その言葉に、父は無言で沈黙した。兄の言うように、自分に責任があると感じていたのか心苦しそうに視線を落とした。そして、心から謝るように口を開く。

「だって、あの男は、とても人柄が良さそうな商人だったんだ……」

言い訳じみた父の言葉は、自分を正当化しようとする切羽詰まった声に聞こえた。父は信頼していたようだが、その男が本当に商人なのか疑いを感じる。

母は父の言葉を軽く受け流し、兄のほうを向いた。

「ジョージのお金は?」

兄はその言葉に一瞬だけ戸惑うと、やりきれないという顔で答えた。

「俺の金も、父様に預けていたから……」

「なんてこと……」

それを聞いた母は、悲しみが浮かんだ。私は、父と兄は何をやっているのだという思いだった。 

その後、父と兄は、詳細に話してくれた。要するに、詐欺師に金を騙し取られたのだ。世間知らずで大金を持っていた父と兄は狙われてしまった。詐欺師は善良な顔をして近づき、父に儲け話を持ちかけた。

騙されたと気づいた瞬間、頭の中が真っ白になった。父と兄は、昨日まで親しく会話をしていた男を探し回ったが、すでに姿を消していた。

「その後、仕事を探したが、なかなか見つからなくて……」

父と兄は生まれながらにして貴族の家に生まれた。平民としてどう生きていくかの術すらも持たない彼らが、自力で生活することなどできるはずがなかった。

「お兄…あなたは、他にも選べる道があったのではありませんか?」

私は、無意識でお兄様と呼びそうになったが、すぐに言い直した。癖は簡単に改められるものではない。

兄は、昔から非常にモテていた。かっこいい外見を持っているので、女性に頼りながらのように生きていけるのではないかと思った。あまり褒められた生き方ではないかもしれないが、そういう店も存在するみたいだし、生きるためには仕方なく選ばなければならない。

「男妾か。でも、女から金をとる仕事なんて……俺にはできない」

私の言いたいことが、兄に伝わったようだ。兄はつらそうに目を伏せ、かすれた声を落とした。

「ですが、生きていくためには必要でしょう?」

私の言葉に、しばらくの沈黙のあと、兄はゆっくりと視線を上げた。海のような青く澄んだ瞳には、苦悩と覚悟が混ざり合っている。

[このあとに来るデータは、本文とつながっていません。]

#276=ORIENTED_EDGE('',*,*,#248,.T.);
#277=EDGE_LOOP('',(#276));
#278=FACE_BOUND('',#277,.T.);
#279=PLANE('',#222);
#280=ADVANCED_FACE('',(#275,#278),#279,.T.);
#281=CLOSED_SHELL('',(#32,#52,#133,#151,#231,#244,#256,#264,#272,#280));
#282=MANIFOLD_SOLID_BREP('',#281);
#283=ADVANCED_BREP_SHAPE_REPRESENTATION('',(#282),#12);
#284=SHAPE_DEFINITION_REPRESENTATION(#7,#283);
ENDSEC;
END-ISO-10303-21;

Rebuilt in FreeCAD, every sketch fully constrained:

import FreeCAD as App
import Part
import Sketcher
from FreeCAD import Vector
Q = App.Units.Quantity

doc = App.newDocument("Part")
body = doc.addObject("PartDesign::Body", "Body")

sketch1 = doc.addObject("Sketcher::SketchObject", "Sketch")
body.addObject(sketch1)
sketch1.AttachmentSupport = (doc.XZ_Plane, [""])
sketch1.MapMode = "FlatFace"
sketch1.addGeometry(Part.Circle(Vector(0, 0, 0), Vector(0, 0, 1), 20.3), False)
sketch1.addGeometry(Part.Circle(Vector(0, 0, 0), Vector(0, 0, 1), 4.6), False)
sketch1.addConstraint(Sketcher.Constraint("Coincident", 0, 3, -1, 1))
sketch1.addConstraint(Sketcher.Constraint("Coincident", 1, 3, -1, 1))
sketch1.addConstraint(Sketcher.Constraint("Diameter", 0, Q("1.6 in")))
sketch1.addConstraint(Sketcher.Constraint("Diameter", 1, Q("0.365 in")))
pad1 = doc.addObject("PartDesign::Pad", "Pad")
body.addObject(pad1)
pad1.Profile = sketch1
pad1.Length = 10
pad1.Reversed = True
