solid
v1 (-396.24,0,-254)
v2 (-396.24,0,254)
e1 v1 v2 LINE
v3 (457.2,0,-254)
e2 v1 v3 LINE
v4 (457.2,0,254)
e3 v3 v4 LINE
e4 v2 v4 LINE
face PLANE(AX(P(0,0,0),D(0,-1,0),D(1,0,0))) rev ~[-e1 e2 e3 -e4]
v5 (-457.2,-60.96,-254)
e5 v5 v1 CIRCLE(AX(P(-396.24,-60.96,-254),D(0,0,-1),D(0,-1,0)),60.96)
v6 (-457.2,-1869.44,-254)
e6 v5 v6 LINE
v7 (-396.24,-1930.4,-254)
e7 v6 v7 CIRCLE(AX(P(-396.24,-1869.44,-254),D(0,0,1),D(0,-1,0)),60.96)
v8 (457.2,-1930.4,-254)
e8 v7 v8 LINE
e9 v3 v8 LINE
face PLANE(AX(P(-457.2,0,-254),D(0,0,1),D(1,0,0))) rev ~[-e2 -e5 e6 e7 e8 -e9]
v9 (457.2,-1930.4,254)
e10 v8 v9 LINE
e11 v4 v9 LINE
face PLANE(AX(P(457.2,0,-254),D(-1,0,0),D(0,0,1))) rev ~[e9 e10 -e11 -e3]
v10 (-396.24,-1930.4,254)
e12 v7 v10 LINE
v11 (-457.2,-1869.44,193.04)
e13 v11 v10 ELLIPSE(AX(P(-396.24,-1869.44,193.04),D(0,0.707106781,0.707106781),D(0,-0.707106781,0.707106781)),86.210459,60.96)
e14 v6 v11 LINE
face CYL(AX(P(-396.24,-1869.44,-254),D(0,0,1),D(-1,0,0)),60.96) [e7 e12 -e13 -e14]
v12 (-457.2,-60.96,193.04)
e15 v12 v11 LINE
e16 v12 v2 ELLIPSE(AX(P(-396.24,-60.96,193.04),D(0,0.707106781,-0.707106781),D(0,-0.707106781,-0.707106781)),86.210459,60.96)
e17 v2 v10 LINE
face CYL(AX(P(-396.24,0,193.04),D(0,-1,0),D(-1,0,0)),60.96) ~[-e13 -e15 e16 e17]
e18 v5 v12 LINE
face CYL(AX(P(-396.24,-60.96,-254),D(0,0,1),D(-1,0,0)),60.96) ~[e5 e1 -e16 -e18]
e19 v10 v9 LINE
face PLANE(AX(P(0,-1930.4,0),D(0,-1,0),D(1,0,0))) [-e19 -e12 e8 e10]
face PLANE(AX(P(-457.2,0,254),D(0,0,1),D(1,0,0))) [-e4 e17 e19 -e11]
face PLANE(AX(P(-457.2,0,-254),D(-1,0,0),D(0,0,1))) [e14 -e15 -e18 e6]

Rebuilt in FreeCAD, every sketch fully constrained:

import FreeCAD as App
import Part
import Sketcher
Q = App.Units.Quantity


def edges_at(feature, points):
    """Names of the edges that pass closest to the given points."""
    edges = feature.Shape.Edges
    near = lambda p: min(range(len(edges)), key=lambda i: edges[i].distToShape(Part.Vertex(*p))[0])
    return sorted({f"Edge{near(p) + 1}" for p in points})


def add_polygon(sketch, points):
    """Adds a closed chain of lines whose ends are joined by coincident constraints."""
    first, n = sketch.GeometryCount, len(points)
    for a, b in zip(points, points[1:] + points[:1]):
        sketch.addGeometry(Part.LineSegment(App.Vector(*a, 0), App.Vector(*b, 0)), False)
    for i in range(n):
        sketch.addConstraint(Sketcher.Constraint("Coincident", first + i, 2, first + (i + 1) % n, 1))

doc = App.newDocument("Part")
body = doc.addObject("PartDesign::Body", "Body")

# Sketch on XZ plane
sketch1 = body.newObject("Sketcher::SketchObject", "Sketch")
sketch1.AttachmentSupport = (doc.getObject("XZ_Plane"), [""])
sketch1.MapMode = "FlatFace"
add_polygon(sketch1, [(-457, 254), (-457, -254), (457, -254), (457, 254)])  # lines 0-3
sketch1.addConstraint([
    Sketcher.Constraint("Vertical", 0),
    Sketcher.Constraint("Horizontal", 1),
    Sketcher.Constraint("Vertical", 2),
    Sketcher.Constraint("Horizontal", 3),
    Sketcher.Constraint("Symmetric", 0, 2, 2, 2, -1, 1),
    Sketcher.Constraint("DistanceX", 1, 1, 1, 2, Q("36 in")),
    Sketcher.Constraint("DistanceY", 0, 2, 0, 1, Q("20 in")),
])
pad1 = body.newObject("PartDesign::Pad", "Pad")
pad1.Profile = sketch1
pad1.Length = Q("76 in")
doc.recompute()

fillet = body.newObject("PartDesign::Fillet", "Fillet")
fillet.Base = (pad1, edges_at(pad1, [(-457.2, -965.2, 254), (-457.2, -1930.4, 0), (-457.2, 0, 0)]))
fillet.Radius = Q("2.4 in")

doc.recompute()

「――確かに、生きるためには妥協も必要だ。……けど、女を利用して金を得るなんて、そんな真似をするくらいなら、俺は貧乏でいたほうがましだ!」

その言葉を聞いて、私は一瞬、呼吸を失ったかのように動けなくなった。ああ、兄の心はなんと気高いのだろう。

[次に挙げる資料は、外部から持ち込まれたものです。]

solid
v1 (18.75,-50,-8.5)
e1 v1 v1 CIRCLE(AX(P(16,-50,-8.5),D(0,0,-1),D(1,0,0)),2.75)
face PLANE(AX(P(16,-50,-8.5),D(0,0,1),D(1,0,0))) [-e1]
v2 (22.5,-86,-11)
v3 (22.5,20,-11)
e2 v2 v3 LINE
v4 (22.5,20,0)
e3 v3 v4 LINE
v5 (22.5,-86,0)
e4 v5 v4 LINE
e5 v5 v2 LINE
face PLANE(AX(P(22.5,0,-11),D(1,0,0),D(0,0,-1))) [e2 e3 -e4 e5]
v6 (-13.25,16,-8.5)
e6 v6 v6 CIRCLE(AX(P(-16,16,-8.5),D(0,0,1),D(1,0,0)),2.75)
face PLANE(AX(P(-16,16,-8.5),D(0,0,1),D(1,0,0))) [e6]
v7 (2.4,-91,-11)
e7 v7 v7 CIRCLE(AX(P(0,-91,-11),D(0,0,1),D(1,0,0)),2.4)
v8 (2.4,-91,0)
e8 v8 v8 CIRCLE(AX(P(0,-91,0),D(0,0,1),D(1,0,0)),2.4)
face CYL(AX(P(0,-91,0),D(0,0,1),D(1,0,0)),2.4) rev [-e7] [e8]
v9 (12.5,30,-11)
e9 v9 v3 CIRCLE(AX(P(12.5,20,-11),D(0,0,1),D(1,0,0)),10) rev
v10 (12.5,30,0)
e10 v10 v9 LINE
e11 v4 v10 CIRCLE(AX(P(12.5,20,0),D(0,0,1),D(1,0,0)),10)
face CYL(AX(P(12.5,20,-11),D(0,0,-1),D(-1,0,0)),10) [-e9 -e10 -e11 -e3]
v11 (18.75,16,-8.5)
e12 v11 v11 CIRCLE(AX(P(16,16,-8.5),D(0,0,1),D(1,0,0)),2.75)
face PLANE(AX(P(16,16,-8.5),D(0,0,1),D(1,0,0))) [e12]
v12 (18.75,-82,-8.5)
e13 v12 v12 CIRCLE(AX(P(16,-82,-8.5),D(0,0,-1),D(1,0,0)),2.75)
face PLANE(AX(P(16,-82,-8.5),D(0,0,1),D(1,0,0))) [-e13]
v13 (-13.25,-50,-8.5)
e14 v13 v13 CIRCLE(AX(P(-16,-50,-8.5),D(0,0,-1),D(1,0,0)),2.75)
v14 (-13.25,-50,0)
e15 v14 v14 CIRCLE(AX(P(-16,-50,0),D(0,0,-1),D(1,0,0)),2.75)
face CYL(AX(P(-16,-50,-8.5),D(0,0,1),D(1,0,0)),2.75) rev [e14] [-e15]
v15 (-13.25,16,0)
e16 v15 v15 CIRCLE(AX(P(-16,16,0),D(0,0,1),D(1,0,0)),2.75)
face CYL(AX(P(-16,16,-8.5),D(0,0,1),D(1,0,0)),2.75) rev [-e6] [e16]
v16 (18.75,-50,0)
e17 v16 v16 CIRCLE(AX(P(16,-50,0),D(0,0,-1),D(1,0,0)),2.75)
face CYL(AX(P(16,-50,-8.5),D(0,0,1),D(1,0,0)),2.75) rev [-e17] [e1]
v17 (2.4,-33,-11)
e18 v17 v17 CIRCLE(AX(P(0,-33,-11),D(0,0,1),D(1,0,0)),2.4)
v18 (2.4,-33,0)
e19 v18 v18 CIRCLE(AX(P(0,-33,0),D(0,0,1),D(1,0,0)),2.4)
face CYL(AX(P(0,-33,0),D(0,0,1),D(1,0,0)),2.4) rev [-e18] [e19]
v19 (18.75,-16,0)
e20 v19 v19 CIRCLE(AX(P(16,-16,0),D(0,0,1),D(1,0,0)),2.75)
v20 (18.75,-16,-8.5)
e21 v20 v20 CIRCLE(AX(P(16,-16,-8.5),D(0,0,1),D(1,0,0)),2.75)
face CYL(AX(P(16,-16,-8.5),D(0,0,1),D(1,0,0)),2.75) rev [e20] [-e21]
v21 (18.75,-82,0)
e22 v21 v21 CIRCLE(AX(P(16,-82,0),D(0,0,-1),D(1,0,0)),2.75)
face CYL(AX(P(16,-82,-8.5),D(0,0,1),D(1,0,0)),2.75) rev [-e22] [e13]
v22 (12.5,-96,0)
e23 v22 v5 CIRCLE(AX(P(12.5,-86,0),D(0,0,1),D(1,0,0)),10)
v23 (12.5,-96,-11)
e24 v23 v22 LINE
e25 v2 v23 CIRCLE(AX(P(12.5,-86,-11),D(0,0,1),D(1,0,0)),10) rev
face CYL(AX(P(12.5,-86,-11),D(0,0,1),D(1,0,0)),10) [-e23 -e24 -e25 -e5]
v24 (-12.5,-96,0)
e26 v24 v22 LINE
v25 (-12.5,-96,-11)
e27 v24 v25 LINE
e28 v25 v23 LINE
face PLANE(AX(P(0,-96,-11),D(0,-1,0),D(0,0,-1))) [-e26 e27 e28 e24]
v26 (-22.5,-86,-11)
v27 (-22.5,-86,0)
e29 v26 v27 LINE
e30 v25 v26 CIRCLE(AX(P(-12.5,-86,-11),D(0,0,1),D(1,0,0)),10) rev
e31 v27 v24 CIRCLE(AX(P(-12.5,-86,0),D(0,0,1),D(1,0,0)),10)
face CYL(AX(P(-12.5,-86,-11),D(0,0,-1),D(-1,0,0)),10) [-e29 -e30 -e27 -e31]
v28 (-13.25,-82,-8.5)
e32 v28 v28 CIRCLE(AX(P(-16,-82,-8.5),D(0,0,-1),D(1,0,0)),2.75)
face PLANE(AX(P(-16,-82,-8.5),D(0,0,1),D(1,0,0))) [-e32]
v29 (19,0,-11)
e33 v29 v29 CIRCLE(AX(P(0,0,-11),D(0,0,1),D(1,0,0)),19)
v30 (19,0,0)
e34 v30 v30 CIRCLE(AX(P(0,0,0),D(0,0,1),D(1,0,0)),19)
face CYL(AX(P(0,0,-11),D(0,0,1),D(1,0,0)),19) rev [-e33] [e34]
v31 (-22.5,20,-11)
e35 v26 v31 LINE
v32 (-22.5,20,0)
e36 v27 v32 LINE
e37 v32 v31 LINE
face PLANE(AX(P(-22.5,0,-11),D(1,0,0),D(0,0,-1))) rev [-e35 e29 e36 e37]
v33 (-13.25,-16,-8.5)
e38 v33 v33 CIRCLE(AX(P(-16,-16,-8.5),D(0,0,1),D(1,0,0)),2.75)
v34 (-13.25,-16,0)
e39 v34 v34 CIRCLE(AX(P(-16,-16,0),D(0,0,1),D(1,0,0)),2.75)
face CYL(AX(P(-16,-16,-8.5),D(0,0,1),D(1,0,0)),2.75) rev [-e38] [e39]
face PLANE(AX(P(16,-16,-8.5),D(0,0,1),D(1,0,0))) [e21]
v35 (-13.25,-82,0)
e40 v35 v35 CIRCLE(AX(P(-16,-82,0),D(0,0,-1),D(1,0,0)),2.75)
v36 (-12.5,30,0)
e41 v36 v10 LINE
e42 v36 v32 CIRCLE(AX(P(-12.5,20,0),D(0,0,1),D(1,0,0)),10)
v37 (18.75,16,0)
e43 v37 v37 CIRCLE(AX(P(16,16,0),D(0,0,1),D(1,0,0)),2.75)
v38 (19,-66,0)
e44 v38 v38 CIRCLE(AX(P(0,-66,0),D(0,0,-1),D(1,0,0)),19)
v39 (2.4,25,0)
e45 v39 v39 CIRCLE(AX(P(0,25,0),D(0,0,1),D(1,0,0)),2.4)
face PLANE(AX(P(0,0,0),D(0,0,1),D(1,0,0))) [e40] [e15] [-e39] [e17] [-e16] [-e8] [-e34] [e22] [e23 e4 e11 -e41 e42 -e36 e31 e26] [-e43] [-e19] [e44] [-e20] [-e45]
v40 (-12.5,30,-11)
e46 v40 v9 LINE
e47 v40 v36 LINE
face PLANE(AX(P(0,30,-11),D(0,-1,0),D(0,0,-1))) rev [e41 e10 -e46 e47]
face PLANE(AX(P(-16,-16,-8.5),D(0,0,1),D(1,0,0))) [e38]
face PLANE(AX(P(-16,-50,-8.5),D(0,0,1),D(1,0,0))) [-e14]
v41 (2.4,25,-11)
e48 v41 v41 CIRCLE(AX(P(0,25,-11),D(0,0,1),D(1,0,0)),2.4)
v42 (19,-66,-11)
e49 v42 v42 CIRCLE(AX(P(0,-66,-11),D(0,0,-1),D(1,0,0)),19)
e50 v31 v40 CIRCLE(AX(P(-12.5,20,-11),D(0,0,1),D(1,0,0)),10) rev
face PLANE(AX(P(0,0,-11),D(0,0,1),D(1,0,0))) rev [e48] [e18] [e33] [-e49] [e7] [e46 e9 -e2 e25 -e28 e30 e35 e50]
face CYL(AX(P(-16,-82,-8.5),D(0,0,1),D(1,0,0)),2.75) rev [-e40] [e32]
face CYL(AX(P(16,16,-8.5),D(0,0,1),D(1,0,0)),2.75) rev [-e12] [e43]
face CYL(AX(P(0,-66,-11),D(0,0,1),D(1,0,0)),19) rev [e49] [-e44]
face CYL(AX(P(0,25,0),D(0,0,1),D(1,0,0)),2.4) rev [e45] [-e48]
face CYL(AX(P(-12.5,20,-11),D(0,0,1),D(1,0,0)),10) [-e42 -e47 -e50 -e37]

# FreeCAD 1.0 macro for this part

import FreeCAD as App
import Part
import Sketcher


def edges_at(feature, points):
    """Names of the edges that pass closest to the given points."""
    edges = feature.Shape.Edges
    near = lambda p: min(range(len(edges)), key=lambda i: edges[i].distToShape(Part.Vertex(*p))[0])
    return sorted({f"Edge{near(p) + 1}" for p in points})

doc = App.newDocument("Part")
body = doc.addObject("PartDesign::Body", "Body")

# Sketch on XY plane
sketch1 = doc.addObject("Sketcher::SketchObject", "Sketch")
body.addObject(sketch1)
sketch1.AttachmentSupport = (doc.XY_Plane, [""])
sketch1.MapMode = "FlatFace"
sketch1.addGeometry([
    Part.LineSegment(App.Vector(-22, 30, 0), App.Vector(-22, -30, 0)),
    Part.LineSegment(App.Vector(-22, -30, 0), App.Vector(22, -30, 0)),
    Part.LineSegment(App.Vector(22, -30, 0), App.Vector(22, 30, 0)),
    Part.LineSegment(App.Vector(22, 30, 0), App.Vector(-22, 30, 0)),
], False)
sketch1.addConstraint([
    Sketcher.Constraint("Coincident", 0, 2, 1, 1),
    Sketcher.Constraint("Coincident", 1, 2, 2, 1),
    Sketcher.Constraint("Coincident", 2, 2, 3, 1),
    Sketcher.Constraint("Coincident", 3, 2, 0, 1),
    Sketcher.Constraint("Vertical", 0),
    Sketcher.Constraint("Horizontal", 1),
    Sketcher.Constraint("Vertical", 2),
    Sketcher.Constraint("Horizontal", 3),
    Sketcher.Constraint("Symmetric", 0, 2, 2, 2, -1, 1),
    Sketcher.Constraint("DistanceX", 1, 1, 1, 2, 45.0),
    Sketcher.Constraint("DistanceY", 0, 2, 0, 1, 60.0),
])
pad1 = doc.addObject("PartDesign::Pad", "Pad")
body.addObject(pad1)
pad1.Profile = sketch1
pad1.Length = 11
pad1.Reversed = True

# Sketch on XY plane
sketch2 = doc.addObject("Sketcher::SketchObject", "Sketch001")
body.addObject(sketch2)
sketch2.AttachmentSupport = (doc.XY_Plane, [""])
sketch2.MapMode = "FlatFace"
sketch2.addGeometry([
    Part.Circle(App.Vector(-16, 16, 0), App.Vector(0, 0, 1), 2.8),
    Part.Circle(App.Vector(16, 16, 0), App.Vector(0, 0, 1), 2.8),
    Part.Circle(App.Vector(16, -16, 0), App.Vector(0, 0, 1), 2.8),
    Part.Circle(App.Vector(-16, -16, 0), App.Vector(0, 0, 1), 2.8),
], False)
sketch2.addConstraint([
    Sketcher.Constraint("Equal", 0, 1),
    Sketcher.Constraint("Equal", 1, 2),
    Sketcher.Constraint("Equal", 2, 3),
    Sketcher.Constraint("Symmetric", 0, 3, 2, 3, -1, 1),
    Sketcher.Constraint("Symmetric", 1, 3, 3, 3, -1, 1),
    Sketcher.Constraint("Symmetric", 0, 3, 1, 3, -2),
    Sketcher.Constraint("Diameter", 0, 5.5),
    Sketcher.Constraint("DistanceX", 0, 3, -1, 1, 16.0),
    Sketcher.Constraint("DistanceY", -1, 1, 0, 3, 16.0),
])
pocket1 = doc.addObject("PartDesign::Pocket", "Pocket")
body.addObject(pocket1)
pocket1.Profile = sketch2
pocket1.Length = 8.5

# Sketch on XY plane
sketch3 = doc.addObject("Sketcher::SketchObject", "Sketch002")
body.addObject(sketch3)
sketch3.AttachmentSupport = (doc.XY_Plane, [""])
sketch3.MapMode = "FlatFace"
sketch3.addGeometry(Part.Circle(App.Vector(0, 0, 0), App.Vector(0, 0, 1), 19), False)
sketch3.addConstraint([
    Sketcher.Constraint("Coincident", 0, 3, -1, 1),
    Sketcher.Constraint("Diameter", 0, 38.0),
])
pocket2 = doc.addObject("PartDesign::Pocket", "Pocket001")
body.addObject(pocket2)
pocket2.Profile = sketch3
pocket2.Type = "ThroughAll"

# Sketch on XZ plane
sketch4 = doc.addObject("Sketcher::SketchObject", "Sketch003")
body.addObject(sketch4)
sketch4.AttachmentSupport = (doc.XZ_Plane, [""])
sketch4.MapMode = "FlatFace"
sketch4.AttachmentOffset = App.Placement(App.Vector(0, 0, 30), App.Rotation())
sketch4.addGeometry([
    Part.LineSegment(App.Vector(-22, 0, 0), App.Vector(-22, -11, 0)),
    Part.LineSegment(App.Vector(-22, -11, 0), App.Vector(22, -11, 0)),
    Part.LineSegment(App.Vector(22, -11, 0), App.Vector(22, 0, 0)),
    Part.LineSegment(App.Vector(22, 0, 0), App.Vector(-22, 0, 0)),
], False)
sketch4.addConstraint([
    Sketcher.Constraint("Coincident", 0, 2, 1, 1),
    Sketcher.Constraint("Coincident", 1, 2, 2, 1),
    Sketcher.Constraint("Coincident", 2, 2, 3, 1),
    Sketcher.Constraint("Coincident", 3, 2, 0, 1),
    Sketcher.Constraint("Vertical", 0),
    Sketcher.Constraint("Horizontal", 1),
    Sketcher.Constraint("Vertical", 2),
    Sketcher.Constraint("Horizontal", 3),
    Sketcher.Constraint("Symmetric", 2, 2, 3, 2, -1, 1),
    Sketcher.Constraint("DistanceX", 1, 1, 1, 2, 45.0),
    Sketcher.Constraint("DistanceY", 0, 2, 0, 1, 11.0),
])
pad2 = doc.addObject("PartDesign::Pad", "Pad001")
body.addObject(pad2)
pad2.Profile = sketch4
pad2.Length = 6
doc.recompute()

datumplane = doc.addObject("PartDesign::Plane", "DatumPlane")
body.addObject(datumplane)
datumplane.AttachmentSupport = (doc.XZ_Plane, [""])
datumplane.MapMode = "FlatFace"
datumplane.AttachmentOffset = App.Placement(App.Vector(0, 0, 33), App.Rotation())
mirrored = doc.addObject("PartDesign::Mirrored", "Mirrored")
body.addObject(mirrored)
mirrored.Originals = [pad1, pocket1, pocket2]
mirrored.MirrorPlane = (datumplane, [""])
body.Tip = mirrored

# Sketch on XY plane
sketch5 = doc.addObject("Sketcher::SketchObject", "Sketch004")
body.addObject(sketch5)
sketch5.AttachmentSupport = (doc.XY_Plane, [""])
sketch5.MapMode = "FlatFace"
sketch5.addGeometry([
    Part.Circle(App.Vector(0, -91, 0), App.Vector(0, 0, 1), 2.4),
    Part.Circle(App.Vector(0, -33, 0), App.Vector(0, 0, 1), 2.4),
    Part.Circle(App.Vector(0, 25, 0), App.Vector(0, 0, 1), 2.4),
], False)
sketch5.addConstraint([
    Sketcher.Constraint("Equal", 0, 1),
    Sketcher.Constraint("Equal", 1, 2),
    Sketcher.Constraint("PointOnObject", 0, 3, -2),
    Sketcher.Constraint("PointOnObject", 1, 3, -2),
    Sketcher.Constraint("PointOnObject", 2, 3, -2),
    Sketcher.Constraint("Diameter", 0, 4.8),
    Sketcher.Constraint("DistanceY", 0, 3, -1, 1, 91.0),
    Sketcher.Constraint("DistanceY", 1, 3, -1, 1, 33.0),
    Sketcher.Constraint("DistanceY", -1, 1, 2, 3, 25.0),
])
doc.recompute()
hole = doc.addObject("PartDesign::Hole", "Hole")
body.addObject(hole)
hole.Profile = sketch5
hole.ThreadType = "None"
hole.Diameter = 4.8
hole.DepthType = "ThroughAll"
doc.recompute()

fillet = doc.addObject("PartDesign::Fillet", "Fillet")
body.addObject(fillet)
fillet.Base = (hole, edges_at(hole, [
    (22.5, -96, -5.5),
    (-22.5, -96, -5.5),
    (-22.5, 30, -5.5),
    (22.5, 30, -5.5),
]))
fillet.Radius = 10

doc.recompute()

兄には、まだ誇り高き精神が残っていた。その力強い言葉が、確かに私の胸にも響いていた。

「それでしたら、私に考えがございます」

結局、見かねた母が、一つの提案をする。母は、穏やかで親切そうな表情を浮かべ、しとやかに微笑んでいたが、父と兄への慈悲から来るものでは決してない。もっと残酷で、徹底的な見せしめだった。